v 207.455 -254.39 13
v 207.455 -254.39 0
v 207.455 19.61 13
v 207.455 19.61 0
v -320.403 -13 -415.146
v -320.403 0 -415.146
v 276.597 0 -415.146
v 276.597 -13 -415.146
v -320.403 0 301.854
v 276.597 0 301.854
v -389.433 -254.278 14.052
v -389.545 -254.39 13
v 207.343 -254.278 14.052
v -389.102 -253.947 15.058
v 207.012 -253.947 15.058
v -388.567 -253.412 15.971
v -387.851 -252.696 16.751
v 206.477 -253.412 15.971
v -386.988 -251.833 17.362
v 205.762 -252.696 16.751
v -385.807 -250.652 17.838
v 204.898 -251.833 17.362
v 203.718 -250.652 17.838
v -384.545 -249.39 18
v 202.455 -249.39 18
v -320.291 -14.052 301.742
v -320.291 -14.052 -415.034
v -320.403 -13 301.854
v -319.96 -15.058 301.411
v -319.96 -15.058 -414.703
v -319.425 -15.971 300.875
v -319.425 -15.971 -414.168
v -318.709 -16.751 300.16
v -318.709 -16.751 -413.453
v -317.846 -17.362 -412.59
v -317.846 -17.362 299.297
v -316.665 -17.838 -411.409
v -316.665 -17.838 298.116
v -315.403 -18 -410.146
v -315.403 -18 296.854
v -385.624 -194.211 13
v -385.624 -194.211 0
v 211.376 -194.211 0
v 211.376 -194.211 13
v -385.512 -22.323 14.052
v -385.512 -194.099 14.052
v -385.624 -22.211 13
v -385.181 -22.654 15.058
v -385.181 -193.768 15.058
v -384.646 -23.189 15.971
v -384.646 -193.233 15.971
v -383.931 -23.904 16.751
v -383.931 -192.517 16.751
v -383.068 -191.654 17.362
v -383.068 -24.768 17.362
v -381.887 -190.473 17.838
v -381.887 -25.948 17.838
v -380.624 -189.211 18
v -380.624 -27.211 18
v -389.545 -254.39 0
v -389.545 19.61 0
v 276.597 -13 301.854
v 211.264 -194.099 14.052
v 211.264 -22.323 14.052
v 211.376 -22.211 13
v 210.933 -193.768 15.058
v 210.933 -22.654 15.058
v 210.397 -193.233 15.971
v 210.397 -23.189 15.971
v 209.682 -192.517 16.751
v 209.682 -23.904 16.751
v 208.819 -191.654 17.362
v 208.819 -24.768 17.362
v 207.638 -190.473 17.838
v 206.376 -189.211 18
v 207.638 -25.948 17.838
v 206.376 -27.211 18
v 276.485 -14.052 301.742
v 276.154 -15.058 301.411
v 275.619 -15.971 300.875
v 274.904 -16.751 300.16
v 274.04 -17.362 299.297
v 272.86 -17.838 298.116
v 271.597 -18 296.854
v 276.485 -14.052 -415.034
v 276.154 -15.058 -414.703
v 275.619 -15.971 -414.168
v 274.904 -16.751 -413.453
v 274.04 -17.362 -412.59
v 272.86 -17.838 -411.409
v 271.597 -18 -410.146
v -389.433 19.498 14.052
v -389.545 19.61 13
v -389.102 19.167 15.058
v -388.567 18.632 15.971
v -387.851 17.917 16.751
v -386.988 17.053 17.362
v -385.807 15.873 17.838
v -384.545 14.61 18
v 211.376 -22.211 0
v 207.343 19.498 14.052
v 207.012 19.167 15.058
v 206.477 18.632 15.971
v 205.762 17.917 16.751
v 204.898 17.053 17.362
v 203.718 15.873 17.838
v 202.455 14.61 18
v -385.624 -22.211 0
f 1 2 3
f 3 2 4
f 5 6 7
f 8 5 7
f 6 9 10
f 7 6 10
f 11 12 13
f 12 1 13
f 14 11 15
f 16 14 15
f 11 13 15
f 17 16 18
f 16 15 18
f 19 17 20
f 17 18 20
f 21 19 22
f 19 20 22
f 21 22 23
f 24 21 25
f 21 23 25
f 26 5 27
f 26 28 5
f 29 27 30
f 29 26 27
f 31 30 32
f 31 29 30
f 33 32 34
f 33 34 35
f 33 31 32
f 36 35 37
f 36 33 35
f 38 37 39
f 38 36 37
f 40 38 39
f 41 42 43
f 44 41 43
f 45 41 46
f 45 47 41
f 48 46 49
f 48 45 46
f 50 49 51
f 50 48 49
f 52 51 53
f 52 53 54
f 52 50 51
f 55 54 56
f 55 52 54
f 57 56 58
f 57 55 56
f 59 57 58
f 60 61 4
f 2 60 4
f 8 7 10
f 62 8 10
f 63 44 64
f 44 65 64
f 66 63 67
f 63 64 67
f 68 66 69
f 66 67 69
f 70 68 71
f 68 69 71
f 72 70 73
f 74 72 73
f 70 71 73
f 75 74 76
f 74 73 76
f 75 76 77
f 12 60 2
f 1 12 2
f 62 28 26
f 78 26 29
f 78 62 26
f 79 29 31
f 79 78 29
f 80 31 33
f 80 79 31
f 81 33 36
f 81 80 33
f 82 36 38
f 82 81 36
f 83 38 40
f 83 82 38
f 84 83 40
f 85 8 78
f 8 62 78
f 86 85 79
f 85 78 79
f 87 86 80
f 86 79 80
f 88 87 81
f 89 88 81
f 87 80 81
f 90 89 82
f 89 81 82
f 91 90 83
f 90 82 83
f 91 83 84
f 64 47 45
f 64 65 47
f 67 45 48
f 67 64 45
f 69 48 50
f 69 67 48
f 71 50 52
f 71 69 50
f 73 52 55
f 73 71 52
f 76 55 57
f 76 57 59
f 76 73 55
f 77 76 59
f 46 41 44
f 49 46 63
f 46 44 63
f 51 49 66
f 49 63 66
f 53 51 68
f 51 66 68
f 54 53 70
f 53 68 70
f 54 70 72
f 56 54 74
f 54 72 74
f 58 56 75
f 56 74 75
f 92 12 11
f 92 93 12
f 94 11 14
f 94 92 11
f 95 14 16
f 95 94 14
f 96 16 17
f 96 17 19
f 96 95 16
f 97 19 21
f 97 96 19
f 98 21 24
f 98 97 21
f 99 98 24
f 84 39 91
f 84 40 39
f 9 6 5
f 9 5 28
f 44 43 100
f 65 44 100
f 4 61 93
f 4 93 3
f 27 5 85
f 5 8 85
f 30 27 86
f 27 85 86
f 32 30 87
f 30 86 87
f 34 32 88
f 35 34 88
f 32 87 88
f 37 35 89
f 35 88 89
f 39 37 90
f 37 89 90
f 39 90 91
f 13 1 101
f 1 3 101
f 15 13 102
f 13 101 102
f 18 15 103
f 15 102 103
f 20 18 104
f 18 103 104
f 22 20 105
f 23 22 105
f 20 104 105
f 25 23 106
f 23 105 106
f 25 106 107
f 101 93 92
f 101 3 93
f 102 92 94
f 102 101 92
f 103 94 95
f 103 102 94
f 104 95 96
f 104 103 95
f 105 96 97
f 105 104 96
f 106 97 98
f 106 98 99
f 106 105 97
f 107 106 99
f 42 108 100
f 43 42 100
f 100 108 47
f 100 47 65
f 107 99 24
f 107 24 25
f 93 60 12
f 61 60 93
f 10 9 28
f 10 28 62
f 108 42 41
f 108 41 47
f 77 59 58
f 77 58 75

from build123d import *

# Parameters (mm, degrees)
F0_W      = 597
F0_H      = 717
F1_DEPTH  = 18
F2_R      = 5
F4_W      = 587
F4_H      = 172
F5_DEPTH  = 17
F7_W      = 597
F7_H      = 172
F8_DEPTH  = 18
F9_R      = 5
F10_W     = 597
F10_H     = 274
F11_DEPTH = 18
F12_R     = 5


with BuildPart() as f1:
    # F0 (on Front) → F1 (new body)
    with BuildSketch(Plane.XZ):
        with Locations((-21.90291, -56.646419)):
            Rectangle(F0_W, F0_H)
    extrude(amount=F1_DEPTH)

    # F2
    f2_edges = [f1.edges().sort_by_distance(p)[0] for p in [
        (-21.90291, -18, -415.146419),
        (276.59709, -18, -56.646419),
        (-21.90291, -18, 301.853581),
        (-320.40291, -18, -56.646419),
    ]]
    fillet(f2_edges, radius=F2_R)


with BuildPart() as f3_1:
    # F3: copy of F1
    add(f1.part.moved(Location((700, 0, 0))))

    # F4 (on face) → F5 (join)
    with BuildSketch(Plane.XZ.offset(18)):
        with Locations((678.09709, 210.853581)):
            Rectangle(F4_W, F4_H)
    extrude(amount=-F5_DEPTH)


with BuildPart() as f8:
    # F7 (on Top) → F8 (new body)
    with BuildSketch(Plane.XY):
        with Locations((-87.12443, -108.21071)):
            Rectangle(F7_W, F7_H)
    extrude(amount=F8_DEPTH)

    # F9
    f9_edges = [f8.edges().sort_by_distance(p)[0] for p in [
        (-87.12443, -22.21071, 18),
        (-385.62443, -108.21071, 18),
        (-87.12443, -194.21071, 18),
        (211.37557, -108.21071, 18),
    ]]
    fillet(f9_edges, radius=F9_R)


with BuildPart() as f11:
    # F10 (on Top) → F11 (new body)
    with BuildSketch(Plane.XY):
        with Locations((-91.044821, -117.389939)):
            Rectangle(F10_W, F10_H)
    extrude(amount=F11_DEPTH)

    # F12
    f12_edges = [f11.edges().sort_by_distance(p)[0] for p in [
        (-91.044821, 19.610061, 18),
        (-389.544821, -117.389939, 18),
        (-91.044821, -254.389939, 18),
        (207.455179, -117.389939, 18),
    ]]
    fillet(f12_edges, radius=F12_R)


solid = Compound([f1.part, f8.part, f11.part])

◆ ◆ ◆ ◆

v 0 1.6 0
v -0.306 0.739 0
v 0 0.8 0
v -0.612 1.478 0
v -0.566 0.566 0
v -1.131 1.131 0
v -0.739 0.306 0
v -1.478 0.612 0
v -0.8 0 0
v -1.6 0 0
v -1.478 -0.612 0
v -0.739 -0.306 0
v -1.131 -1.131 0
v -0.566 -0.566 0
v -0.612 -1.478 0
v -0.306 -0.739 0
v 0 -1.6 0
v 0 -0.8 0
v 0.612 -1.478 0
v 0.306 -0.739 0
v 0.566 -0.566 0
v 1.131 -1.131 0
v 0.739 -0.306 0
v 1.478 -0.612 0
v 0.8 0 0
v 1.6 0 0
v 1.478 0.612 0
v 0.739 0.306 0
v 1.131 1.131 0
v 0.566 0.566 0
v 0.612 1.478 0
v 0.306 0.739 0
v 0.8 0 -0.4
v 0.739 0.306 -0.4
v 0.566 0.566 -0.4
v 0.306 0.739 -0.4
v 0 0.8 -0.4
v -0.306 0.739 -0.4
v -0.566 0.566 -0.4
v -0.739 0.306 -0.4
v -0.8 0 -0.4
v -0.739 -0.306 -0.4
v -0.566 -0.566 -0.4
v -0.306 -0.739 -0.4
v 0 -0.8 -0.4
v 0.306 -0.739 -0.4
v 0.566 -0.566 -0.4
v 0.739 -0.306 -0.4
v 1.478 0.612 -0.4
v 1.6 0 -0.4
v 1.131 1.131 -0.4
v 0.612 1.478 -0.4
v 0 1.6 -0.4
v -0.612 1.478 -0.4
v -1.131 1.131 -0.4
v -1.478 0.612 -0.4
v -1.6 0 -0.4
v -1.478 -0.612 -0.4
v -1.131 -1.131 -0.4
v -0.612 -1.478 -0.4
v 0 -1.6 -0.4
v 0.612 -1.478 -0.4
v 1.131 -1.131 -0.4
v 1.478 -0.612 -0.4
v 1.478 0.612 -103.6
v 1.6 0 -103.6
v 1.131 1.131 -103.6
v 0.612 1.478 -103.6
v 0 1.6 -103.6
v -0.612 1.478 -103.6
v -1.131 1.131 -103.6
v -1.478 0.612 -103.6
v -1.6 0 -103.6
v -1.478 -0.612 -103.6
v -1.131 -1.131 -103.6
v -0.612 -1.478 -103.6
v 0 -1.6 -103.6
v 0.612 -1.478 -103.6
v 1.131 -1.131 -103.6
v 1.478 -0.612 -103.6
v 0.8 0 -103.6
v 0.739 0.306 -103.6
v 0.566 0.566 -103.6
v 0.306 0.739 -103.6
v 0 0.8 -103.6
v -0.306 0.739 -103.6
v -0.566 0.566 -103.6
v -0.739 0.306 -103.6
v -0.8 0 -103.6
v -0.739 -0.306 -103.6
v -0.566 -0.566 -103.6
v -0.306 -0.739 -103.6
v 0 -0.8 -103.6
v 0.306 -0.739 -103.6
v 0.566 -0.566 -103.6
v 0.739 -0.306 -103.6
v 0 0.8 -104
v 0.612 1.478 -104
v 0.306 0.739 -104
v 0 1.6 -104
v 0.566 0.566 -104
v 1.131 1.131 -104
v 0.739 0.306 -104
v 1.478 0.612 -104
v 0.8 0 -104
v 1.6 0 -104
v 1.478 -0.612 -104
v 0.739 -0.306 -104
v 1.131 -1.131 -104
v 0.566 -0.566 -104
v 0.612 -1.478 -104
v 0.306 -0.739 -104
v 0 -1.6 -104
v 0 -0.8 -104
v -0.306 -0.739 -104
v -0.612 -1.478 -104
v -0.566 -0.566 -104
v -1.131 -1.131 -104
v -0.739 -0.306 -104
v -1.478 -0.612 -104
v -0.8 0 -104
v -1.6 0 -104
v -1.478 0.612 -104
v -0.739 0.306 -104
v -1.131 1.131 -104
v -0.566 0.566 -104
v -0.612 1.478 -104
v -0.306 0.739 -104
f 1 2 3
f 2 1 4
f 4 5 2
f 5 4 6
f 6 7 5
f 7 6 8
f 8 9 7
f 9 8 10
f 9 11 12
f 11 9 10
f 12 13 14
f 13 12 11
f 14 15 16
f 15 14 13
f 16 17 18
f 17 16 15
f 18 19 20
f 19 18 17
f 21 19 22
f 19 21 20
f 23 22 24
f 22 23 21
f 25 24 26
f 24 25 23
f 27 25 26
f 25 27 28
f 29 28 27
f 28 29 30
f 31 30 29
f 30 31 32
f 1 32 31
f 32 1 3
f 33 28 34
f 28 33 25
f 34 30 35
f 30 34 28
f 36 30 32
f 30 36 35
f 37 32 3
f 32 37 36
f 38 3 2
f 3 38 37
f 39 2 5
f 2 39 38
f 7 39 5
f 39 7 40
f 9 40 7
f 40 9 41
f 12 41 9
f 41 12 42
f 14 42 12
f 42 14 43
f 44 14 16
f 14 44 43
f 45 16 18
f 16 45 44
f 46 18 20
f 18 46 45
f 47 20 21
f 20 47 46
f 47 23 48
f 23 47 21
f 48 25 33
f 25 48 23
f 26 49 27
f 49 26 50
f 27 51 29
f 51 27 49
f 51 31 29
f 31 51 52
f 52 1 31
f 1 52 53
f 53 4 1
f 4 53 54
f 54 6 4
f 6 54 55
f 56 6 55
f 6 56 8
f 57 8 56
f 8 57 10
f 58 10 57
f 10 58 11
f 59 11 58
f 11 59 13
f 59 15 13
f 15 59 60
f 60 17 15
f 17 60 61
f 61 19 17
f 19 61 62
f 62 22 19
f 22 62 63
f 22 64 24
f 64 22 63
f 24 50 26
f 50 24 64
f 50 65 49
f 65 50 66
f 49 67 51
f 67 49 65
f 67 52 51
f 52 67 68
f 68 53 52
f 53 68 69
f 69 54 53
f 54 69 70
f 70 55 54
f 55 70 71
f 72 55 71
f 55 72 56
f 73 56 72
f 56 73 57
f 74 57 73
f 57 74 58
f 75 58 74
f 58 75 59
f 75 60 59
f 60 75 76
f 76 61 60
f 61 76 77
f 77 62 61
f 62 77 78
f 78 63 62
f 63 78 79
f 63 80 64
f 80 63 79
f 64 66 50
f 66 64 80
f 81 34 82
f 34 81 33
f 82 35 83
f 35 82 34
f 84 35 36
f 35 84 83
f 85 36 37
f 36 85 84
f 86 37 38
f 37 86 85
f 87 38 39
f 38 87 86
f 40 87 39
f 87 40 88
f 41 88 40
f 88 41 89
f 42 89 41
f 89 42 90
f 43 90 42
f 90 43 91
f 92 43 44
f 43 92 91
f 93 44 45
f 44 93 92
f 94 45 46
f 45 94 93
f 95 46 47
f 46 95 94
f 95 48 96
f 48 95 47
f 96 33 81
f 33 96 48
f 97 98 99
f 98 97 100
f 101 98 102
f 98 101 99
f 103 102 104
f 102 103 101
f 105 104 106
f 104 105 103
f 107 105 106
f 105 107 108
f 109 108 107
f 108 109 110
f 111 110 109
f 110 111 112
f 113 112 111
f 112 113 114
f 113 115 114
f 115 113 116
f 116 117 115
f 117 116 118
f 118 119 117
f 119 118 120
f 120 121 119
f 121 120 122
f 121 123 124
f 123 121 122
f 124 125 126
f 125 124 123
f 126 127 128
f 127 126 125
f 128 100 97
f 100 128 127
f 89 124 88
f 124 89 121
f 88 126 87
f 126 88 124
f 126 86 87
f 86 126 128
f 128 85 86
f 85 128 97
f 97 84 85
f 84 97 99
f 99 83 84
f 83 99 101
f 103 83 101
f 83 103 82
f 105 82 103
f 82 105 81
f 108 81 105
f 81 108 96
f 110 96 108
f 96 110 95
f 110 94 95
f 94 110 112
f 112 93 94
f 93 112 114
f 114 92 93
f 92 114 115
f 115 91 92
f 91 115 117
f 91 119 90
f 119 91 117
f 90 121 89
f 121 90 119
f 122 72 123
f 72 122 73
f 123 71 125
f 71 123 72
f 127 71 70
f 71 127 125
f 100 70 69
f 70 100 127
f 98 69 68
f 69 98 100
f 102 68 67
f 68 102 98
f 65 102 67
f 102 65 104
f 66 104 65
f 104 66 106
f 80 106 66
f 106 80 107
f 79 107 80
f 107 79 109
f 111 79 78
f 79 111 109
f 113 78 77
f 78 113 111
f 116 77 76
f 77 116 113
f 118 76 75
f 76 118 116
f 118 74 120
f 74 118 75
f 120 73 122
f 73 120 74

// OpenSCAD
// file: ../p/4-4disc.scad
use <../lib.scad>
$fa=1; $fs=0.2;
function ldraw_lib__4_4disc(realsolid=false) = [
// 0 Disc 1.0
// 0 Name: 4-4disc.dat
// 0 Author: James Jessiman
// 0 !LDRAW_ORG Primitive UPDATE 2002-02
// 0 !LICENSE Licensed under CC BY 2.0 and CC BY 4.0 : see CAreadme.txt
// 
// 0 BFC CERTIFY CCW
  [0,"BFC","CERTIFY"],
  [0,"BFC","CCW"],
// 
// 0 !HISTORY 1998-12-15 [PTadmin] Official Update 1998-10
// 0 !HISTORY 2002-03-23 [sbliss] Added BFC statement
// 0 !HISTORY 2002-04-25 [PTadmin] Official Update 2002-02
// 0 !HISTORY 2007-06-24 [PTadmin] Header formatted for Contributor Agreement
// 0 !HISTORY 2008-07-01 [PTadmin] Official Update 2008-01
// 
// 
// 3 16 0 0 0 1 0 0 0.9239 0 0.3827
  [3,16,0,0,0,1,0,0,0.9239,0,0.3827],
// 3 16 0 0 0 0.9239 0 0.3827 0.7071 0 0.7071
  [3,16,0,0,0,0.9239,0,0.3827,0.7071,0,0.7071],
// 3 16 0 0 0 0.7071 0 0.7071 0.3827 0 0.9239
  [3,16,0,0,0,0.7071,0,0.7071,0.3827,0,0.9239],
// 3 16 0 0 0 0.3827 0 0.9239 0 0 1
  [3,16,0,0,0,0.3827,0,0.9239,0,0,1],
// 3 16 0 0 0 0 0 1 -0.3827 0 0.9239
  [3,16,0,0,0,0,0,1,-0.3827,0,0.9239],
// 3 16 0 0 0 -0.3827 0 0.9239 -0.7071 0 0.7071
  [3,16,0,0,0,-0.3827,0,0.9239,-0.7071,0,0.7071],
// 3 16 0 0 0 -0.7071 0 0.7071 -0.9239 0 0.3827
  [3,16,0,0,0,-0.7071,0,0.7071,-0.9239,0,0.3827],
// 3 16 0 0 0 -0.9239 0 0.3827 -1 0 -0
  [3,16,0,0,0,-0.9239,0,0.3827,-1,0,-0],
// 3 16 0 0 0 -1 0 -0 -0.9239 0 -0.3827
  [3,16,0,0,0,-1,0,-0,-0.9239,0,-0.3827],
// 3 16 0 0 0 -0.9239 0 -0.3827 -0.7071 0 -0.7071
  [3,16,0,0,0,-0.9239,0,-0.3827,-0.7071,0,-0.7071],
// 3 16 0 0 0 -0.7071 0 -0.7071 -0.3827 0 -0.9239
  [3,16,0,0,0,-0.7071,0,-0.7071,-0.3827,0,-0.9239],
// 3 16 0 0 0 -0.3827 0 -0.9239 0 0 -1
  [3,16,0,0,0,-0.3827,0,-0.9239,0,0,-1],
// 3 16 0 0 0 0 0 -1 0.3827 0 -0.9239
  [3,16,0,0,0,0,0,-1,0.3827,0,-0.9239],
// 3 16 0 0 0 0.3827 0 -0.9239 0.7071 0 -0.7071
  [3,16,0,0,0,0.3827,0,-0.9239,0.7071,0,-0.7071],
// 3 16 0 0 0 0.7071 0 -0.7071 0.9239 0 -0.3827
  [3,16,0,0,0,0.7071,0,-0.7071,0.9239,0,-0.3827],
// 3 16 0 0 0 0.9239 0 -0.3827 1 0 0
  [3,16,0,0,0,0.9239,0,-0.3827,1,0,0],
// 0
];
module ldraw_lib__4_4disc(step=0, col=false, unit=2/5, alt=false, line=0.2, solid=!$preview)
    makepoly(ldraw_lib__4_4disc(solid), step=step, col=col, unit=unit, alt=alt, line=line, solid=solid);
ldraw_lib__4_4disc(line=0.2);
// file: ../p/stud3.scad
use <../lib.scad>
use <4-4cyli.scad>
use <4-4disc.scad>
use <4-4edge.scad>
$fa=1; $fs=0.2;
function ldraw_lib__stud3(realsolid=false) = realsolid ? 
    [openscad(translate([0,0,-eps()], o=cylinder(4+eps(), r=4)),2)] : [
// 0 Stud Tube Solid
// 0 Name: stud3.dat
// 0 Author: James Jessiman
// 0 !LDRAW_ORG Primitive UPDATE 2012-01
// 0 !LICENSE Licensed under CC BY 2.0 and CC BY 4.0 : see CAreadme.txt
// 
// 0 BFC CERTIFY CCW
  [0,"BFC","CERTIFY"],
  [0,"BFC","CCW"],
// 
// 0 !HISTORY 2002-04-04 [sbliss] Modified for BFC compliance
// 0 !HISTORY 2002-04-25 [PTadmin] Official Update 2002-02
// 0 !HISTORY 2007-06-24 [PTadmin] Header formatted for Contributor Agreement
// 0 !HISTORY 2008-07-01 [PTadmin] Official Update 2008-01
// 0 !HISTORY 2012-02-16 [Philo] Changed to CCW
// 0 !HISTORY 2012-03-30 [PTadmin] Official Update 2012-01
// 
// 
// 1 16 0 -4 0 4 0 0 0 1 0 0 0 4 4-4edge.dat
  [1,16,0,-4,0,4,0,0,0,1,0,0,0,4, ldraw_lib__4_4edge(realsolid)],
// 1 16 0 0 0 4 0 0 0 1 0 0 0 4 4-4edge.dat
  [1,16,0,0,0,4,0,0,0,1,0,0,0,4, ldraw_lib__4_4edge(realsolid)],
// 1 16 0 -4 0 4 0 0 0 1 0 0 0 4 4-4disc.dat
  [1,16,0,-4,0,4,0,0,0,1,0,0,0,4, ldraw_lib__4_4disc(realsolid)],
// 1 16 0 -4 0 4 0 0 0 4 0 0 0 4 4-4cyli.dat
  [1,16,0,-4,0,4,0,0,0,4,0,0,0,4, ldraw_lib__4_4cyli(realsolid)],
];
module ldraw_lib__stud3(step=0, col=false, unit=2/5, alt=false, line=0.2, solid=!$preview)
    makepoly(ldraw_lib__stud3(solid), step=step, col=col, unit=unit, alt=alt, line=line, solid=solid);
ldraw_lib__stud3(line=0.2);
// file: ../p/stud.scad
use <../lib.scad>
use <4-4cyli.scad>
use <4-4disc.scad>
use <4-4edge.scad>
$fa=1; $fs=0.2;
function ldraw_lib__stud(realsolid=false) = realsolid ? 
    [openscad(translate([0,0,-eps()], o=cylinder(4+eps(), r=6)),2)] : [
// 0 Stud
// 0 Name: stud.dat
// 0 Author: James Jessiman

◆ ◆ ◆ ◆

— Work to complete —
What you return must be the lines above that run from the line with "f 102 103 101" to the line with "f 73 120 74", inclusive, each copied exactly.

— Solution to this task —
f 102 103 101
f 105 104 106
f 104 105 103
f 107 105 106
f 105 107 108
f 109 108 107
f 108 109 110
f 111 110 109
f 110 111 112
f 113 112 111
f 112 113 114
f 113 115 114
f 115 113 116
f 116 117 115
f 117 116 118
f 118 119 117
f 119 118 120
f 120 121 119
f 121 120 122
f 121 123 124
f 123 121 122
f 124 125 126
f 125 124 123
f 126 127 128
f 127 126 125
f 128 100 97
f 100 128 127
f 89 124 88
f 124 89 121
f 88 126 87
f 126 88 124
f 126 86 87
f 86 126 128
f 128 85 86
f 85 128 97
f 97 84 85
f 84 97 99
f 99 83 84
f 83 99 101
f 103 83 101
f 83 103 82
f 105 82 103
f 82 105 81
f 108 81 105
f 81 108 96
f 110 96 108
f 96 110 95
f 110 94 95
f 94 110 112
f 112 93 94
f 93 112 114
f 114 92 93
f 92 114 115
f 115 91 92
f 91 115 117
f 91 119 90
f 119 91 117
f 90 121 89
f 121 90 119
f 122 72 123
f 72 122 73
f 123 71 125
f 71 123 72
f 127 71 70
f 71 127 125
f 100 70 69
f 70 100 127
f 98 69 68
f 69 98 100
f 102 68 67
f 68 102 98
f 65 102 67
f 102 65 104
f 66 104 65
f 104 66 106
f 80 106 66
f 106 80 107
f 79 107 80
f 107 79 109
f 111 79 78
f 79 111 109
f 113 78 77
f 78 113 111
f 116 77 76
f 77 116 113
f 118 76 75
f 76 118 116
f 118 74 120
f 74 118 75
f 120 73 122
f 73 120 74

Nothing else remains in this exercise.